Donde la
libertad no llega
En algún rincón del
mundo, una mujer despierta sin saber que sus sueños están prohibidos. No por
falta de deseo, sino porque la vida le ha negado el derecho a imaginarse libre.
Y como ella, hay millones.
Más de dos mil millones
de mujeres y niñas caminan cada día sin red que las sostenga. No tienen acceso
a cuidados médicos, ni a pensiones, ni a una mano que las ampare cuando la vida
se vuelve cuesta arriba. Viven al margen de los sistemas que prometen protección,
como si su existencia fuera invisible.
Otras, más de
trescientos millones, habitan la pobreza extrema como si fuera una condena
heredada. No conocen otra forma de vida que la escasez, y en sus ojos se dibuja
la resignación de quien ha aprendido a sobrevivir sin esperanza.

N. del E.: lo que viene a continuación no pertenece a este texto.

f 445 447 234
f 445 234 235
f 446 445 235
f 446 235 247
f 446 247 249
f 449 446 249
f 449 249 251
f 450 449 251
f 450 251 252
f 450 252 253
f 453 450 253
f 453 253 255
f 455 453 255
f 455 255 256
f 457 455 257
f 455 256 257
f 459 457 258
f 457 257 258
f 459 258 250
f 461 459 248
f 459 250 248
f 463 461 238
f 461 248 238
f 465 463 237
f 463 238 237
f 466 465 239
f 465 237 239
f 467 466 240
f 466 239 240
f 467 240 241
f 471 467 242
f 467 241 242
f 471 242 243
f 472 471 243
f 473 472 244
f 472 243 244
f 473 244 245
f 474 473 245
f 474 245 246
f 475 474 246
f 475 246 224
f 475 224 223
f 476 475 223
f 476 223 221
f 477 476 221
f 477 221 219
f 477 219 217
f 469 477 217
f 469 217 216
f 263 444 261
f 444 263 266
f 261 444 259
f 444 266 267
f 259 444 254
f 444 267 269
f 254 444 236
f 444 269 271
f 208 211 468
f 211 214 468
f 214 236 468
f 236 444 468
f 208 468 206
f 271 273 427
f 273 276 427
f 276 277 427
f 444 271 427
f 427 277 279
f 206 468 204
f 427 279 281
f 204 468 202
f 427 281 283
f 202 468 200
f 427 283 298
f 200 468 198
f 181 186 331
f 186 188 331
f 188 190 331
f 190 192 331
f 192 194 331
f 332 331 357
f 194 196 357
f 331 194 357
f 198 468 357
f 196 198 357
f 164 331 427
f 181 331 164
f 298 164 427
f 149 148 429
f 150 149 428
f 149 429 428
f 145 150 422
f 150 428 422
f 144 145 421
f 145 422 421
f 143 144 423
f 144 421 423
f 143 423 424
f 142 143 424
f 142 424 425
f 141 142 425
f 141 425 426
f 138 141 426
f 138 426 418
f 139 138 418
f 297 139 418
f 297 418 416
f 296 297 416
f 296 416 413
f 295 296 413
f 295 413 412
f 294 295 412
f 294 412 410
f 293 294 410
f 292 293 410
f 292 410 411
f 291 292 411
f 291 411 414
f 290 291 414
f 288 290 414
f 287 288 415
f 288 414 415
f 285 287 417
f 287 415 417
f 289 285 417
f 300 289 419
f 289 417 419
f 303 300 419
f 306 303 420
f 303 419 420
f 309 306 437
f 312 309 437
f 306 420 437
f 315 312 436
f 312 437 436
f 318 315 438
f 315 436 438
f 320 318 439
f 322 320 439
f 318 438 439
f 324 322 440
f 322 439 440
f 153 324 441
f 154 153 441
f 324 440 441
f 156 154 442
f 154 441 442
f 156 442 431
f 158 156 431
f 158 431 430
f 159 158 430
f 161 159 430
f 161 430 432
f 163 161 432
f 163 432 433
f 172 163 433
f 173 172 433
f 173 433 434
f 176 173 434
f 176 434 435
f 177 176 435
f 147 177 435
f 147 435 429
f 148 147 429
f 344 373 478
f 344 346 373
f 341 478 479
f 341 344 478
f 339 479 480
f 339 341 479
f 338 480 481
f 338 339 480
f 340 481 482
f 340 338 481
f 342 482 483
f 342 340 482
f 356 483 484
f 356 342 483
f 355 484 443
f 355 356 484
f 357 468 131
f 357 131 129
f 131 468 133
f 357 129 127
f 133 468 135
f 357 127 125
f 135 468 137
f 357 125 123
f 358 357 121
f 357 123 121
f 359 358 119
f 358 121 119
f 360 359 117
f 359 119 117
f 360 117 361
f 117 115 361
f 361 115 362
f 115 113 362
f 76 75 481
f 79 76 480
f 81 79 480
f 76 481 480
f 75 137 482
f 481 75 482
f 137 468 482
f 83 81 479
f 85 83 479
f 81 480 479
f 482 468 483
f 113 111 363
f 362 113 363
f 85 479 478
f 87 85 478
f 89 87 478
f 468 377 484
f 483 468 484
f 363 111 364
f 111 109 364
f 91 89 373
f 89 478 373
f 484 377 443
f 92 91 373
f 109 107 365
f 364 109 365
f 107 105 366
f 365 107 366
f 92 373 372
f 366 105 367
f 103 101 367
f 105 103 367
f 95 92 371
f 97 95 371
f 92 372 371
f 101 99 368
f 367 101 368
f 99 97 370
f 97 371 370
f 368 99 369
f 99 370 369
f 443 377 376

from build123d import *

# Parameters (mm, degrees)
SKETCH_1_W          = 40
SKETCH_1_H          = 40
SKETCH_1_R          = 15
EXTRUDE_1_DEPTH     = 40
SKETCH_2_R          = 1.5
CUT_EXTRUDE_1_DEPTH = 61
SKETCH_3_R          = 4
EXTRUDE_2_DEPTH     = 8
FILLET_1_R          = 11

En los territorios donde la guerra es rutina, más de seiscientos millones de mujeres y niñas viven entre ruinas, desplazamientos y silencios impuestos. Allí, la libertad no es siquiera un susurro. Es un lujo que se perdió entre el estruendo de las bombas y el miedo que se instala en los cuerpos.
Y como si el mundo se
cerrara aún más, tres de cada cuatro personas viven bajo regímenes que no
permiten elegir, opinar ni disentir. En esos lugares, la voz de una mujer es
apenas un eco que se desvanece antes de ser escuchado.
Estas cifras no son
solo números. Son vidas. Son nombres que no conocemos, historias que no se
cuentan, luchas que no se celebran. Son mujeres que merecen más que sobrevivir.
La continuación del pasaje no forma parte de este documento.